**DATA SECTION**.
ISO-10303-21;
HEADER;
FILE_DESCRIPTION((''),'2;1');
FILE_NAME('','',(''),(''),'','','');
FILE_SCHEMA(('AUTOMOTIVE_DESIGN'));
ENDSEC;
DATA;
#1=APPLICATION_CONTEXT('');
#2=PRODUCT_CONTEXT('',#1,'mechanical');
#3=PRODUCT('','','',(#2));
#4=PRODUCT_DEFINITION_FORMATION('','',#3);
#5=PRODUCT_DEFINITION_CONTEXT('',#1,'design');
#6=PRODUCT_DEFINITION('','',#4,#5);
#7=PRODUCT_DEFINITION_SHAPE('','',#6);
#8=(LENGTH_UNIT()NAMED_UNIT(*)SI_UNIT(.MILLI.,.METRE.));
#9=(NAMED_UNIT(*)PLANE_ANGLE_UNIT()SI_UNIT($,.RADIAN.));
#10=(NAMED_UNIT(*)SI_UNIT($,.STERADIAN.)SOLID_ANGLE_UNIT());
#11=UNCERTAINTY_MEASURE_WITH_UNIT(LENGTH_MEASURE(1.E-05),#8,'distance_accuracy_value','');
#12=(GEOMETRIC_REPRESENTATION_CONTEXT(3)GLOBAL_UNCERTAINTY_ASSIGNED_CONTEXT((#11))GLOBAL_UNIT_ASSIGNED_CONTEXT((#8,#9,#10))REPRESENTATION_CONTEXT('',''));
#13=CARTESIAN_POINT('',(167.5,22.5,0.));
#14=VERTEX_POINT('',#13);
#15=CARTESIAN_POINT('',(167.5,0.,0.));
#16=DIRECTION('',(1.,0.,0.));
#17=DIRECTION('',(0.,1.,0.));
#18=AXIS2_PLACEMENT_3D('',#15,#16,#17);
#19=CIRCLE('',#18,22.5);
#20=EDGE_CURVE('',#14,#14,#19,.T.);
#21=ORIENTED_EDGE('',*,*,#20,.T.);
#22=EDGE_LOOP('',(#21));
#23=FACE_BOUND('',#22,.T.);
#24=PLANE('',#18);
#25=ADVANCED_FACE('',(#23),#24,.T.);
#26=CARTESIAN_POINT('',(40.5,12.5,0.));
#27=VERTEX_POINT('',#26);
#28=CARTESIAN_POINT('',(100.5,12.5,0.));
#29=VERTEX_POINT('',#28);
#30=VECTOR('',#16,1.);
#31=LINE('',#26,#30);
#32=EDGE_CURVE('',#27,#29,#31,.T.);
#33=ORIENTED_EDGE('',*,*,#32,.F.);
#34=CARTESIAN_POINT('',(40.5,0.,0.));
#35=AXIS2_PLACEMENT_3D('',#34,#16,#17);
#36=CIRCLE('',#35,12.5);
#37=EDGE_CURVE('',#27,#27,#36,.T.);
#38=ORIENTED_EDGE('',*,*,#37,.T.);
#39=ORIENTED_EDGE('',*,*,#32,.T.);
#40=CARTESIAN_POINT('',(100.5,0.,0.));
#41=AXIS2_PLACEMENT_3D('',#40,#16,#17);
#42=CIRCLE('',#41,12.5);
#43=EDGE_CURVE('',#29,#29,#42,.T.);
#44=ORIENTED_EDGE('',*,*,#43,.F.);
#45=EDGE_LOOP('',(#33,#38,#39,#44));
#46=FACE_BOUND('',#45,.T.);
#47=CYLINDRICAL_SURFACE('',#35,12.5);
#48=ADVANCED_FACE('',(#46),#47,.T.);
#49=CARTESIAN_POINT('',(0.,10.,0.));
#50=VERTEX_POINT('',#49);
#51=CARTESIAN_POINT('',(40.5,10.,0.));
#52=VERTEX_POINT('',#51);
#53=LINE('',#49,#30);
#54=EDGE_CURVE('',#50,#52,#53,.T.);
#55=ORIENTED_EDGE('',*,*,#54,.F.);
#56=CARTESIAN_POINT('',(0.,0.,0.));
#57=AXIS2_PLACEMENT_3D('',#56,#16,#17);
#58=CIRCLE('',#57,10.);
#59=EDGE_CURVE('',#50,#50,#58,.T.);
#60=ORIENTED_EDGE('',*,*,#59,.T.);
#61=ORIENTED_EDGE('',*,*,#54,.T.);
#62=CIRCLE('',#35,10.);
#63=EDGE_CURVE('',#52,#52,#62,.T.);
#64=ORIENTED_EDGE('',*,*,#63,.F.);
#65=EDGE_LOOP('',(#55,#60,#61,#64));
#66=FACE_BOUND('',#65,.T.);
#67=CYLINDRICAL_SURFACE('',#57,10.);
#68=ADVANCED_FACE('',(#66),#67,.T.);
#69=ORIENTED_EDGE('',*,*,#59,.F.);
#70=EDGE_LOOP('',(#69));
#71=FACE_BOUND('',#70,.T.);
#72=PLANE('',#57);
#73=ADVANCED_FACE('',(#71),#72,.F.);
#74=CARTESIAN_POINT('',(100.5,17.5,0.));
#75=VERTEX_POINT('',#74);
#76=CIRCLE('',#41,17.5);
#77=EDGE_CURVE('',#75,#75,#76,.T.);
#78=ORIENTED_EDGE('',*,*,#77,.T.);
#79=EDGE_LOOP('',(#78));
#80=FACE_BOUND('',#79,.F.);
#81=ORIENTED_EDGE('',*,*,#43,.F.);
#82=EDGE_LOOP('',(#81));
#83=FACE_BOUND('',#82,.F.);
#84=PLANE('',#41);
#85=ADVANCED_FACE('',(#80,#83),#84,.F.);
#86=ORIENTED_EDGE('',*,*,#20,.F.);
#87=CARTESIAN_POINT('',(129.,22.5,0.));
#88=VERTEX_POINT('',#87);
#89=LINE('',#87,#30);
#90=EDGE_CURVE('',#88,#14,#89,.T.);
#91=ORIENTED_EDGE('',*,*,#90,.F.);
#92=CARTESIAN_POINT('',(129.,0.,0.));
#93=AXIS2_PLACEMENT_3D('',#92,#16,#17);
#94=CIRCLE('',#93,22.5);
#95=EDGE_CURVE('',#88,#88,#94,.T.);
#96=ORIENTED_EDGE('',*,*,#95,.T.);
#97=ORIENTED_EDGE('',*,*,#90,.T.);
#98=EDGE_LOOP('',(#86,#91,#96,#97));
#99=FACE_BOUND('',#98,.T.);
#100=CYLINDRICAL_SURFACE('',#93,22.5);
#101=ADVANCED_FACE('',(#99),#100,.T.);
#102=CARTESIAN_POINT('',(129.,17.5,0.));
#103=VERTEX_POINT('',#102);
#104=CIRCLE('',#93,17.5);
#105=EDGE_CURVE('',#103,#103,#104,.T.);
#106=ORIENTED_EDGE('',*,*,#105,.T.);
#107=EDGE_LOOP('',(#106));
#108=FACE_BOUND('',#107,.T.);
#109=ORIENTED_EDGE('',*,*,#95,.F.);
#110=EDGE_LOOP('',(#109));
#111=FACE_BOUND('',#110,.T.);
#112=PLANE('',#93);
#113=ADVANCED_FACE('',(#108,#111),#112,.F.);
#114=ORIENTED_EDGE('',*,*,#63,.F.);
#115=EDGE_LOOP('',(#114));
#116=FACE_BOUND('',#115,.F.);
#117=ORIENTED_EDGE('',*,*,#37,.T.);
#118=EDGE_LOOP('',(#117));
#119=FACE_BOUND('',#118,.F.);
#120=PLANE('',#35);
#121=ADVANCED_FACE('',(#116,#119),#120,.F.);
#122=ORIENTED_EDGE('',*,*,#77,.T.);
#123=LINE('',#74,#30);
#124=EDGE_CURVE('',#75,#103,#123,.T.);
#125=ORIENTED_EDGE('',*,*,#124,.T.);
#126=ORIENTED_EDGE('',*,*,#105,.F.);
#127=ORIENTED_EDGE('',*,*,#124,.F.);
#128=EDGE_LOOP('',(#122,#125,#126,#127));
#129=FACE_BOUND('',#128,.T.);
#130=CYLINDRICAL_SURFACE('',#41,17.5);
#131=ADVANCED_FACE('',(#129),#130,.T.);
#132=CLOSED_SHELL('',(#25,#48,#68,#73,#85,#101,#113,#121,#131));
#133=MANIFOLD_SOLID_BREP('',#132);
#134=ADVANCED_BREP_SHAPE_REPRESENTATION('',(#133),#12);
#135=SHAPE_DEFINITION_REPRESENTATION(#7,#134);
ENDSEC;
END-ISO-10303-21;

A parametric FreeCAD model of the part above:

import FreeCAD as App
import Part
import Sketcher
from FreeCAD import Vector

doc = App.newDocument("Part")
params = doc.addObject("Spreadsheet::Sheet", "Params")
for row, (alias, value) in enumerate([
    ("sketch1_width", "60 mm"),
    ("sketch1_height", "10 mm"),
    ("sketch1_height2", "5 mm"),
    ("sketch1_width2", "38.5 mm"),
    ("sketch1_width3", "28.5 mm"),
    ("revolution_angle", "360 deg"),
], start=1):
    params.set(f"A{row}", alias)
    params.set(f"B{row}", "=" + value)
    params.setAlias(f"B{row}", alias)

body = doc.addObject("PartDesign::Body", "Body")

# Sketch on XY plane
sketch1 = body.newObject("Sketcher::SketchObject", "Sketch")
sketch1.AttachmentSupport = (doc.getObject("XY_Plane"), [""])
sketch1.MapMode = "FlatFace"
sketch1.addGeometry([
    Part.LineSegment(Vector(0, 10, 0), Vector(0, 0, 0)),  # 0
    Part.LineSegment(Vector(0, 0, 0), Vector(167.5, 0, 0)),  # 1
    Part.LineSegment(Vector(167.5, 0, 0), Vector(167.5, 22.5, 0)),  # 2
    Part.LineSegment(Vector(167.5, 22.5, 0), Vector(129, 22.5, 0)),  # 3
    Part.LineSegment(Vector(129, 22.5, 0), Vector(129, 17.5, 0)),  # 4
    Part.LineSegment(Vector(129, 17.5, 0), Vector(100.5, 17.5, 0)),  # 5
    Part.LineSegment(Vector(100.5, 17.5, 0), Vector(100.5, 12.5, 0)),  # 6
    Part.LineSegment(Vector(100.5, 12.5, 0), Vector(40.5, 12.5, 0)),  # 7
    Part.LineSegment(Vector(40.5, 12.5, 0), Vector(40.5, 10, 0)),  # 8
    Part.LineSegment(Vector(40.5, 10, 0), Vector(0, 10, 0)),  # 9
], False)
sketch1.addConstraint([
    Sketcher.Constraint("Coincident", 0, 2, 1, 1),
    Sketcher.Constraint("Coincident", 1, 2, 2, 1),
    Sketcher.Constraint("Coincident", 2, 2, 3, 1),
    Sketcher.Constraint("Coincident", 3, 2, 4, 1),
    Sketcher.Constraint("Coincident", 4, 2, 5, 1),
    Sketcher.Constraint("Coincident", 5, 2, 6, 1),
    Sketcher.Constraint("Coincident", 6, 2, 7, 1),
    Sketcher.Constraint("Coincident", 7, 2, 8, 1),
    Sketcher.Constraint("Coincident", 8, 2, 9, 1),
    Sketcher.Constraint("Coincident", 9, 2, 0, 1),
    Sketcher.Constraint("Vertical", 0),
    Sketcher.Constraint("Horizontal", 1),
    Sketcher.Constraint("Vertical", 2),
    Sketcher.Constraint("Horizontal", 3),
    Sketcher.Constraint("Vertical", 4),
    Sketcher.Constraint("Horizontal", 5),
    Sketcher.Constraint("Vertical", 6),
    Sketcher.Constraint("Horizontal", 7),
    Sketcher.Constraint("Vertical", 8),
    Sketcher.Constraint("Horizontal", 9),
    Sketcher.Constraint("Coincident", 0, 2, -1, 1),
    Sketcher.Constraint("Equal", 4, 6),
    Sketcher.Constraint("DistanceX", 7, 2, 7, 1, 60.0),
    Sketcher.Constraint("DistanceY", 0, 2, 0, 1, 10.0),
    Sketcher.Constraint("DistanceY", 4, 2, 4, 1, 5.0),
    Sketcher.Constraint("DistanceX", 3, 2, 3, 1, 38.5),
    Sketcher.Constraint("DistanceX", 5, 2, 5, 1, 28.5),
    Sketcher.Constraint("DistanceX", 9, 2, 9, 1, 40.5),
    Sketcher.Constraint("DistanceY", 2, 1, 2, 2, 22.5),
])
sketch1.setExpression("Constraints[22]", "Params.sketch1_width")
sketch1.setExpression("Constraints[23]", "Params.sketch1_height")
sketch1.setExpression("Constraints[24]", "Params.sketch1_height2")
sketch1.setExpression("Constraints[25]", "Params.sketch1_width2")
sketch1.setExpression("Constraints[26]", "Params.sketch1_width3")
revolution = body.newObject("PartDesign::Revolution", "Revolution")
revolution.Profile = sketch1
revolution.ReferenceAxis = (sketch1, ["H_Axis"])
revolution.setExpression("Angle", "Params.revolution_angle")

doc.recompute()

**TO DO**.
Among the entries above, locate the lines containing "#83=FACE_BOUND('',#82,.F.);" and "#126=ORIENTED_EDGE('',*,*,#105,.F.);", and transcribe exactly those two lines and all lines between.

**EXERCISE SOLUTION**.
#83=FACE_BOUND('',#82,.F.);
#84=PLANE('',#41);
#85=ADVANCED_FACE('',(#80,#83),#84,.F.);
#86=ORIENTED_EDGE('',*,*,#20,.F.);
#87=CARTESIAN_POINT('',(129.,22.5,0.));
#88=VERTEX_POINT('',#87);
#89=LINE('',#87,#30);
#90=EDGE_CURVE('',#88,#14,#89,.T.);
#91=ORIENTED_EDGE('',*,*,#90,.F.);
#92=CARTESIAN_POINT('',(129.,0.,0.));
#93=AXIS2_PLACEMENT_3D('',#92,#16,#17);
#94=CIRCLE('',#93,22.5);
#95=EDGE_CURVE('',#88,#88,#94,.T.);
#96=ORIENTED_EDGE('',*,*,#95,.T.);
#97=ORIENTED_EDGE('',*,*,#90,.T.);
#98=EDGE_LOOP('',(#86,#91,#96,#97));
#99=FACE_BOUND('',#98,.T.);
#100=CYLINDRICAL_SURFACE('',#93,22.5);
#101=ADVANCED_FACE('',(#99),#100,.T.);
#102=CARTESIAN_POINT('',(129.,17.5,0.));
#103=VERTEX_POINT('',#102);
#104=CIRCLE('',#93,17.5);
#105=EDGE_CURVE('',#103,#103,#104,.T.);
#106=ORIENTED_EDGE('',*,*,#105,.T.);
#107=EDGE_LOOP('',(#106));
#108=FACE_BOUND('',#107,.T.);
#109=ORIENTED_EDGE('',*,*,#95,.F.);
#110=EDGE_LOOP('',(#109));
#111=FACE_BOUND('',#110,.T.);
#112=PLANE('',#93);
#113=ADVANCED_FACE('',(#108,#111),#112,.F.);
#114=ORIENTED_EDGE('',*,*,#63,.F.);
#115=EDGE_LOOP('',(#114));
#116=FACE_BOUND('',#115,.F.);
#117=ORIENTED_EDGE('',*,*,#37,.T.);
#118=EDGE_LOOP('',(#117));
#119=FACE_BOUND('',#118,.F.);
#120=PLANE('',#35);
#121=ADVANCED_FACE('',(#116,#119),#120,.F.);
#122=ORIENTED_EDGE('',*,*,#77,.T.);
#123=LINE('',#74,#30);
#124=EDGE_CURVE('',#75,#103,#123,.T.);
#125=ORIENTED_EDGE('',*,*,#124,.T.);
#126=ORIENTED_EDGE('',*,*,#105,.F.);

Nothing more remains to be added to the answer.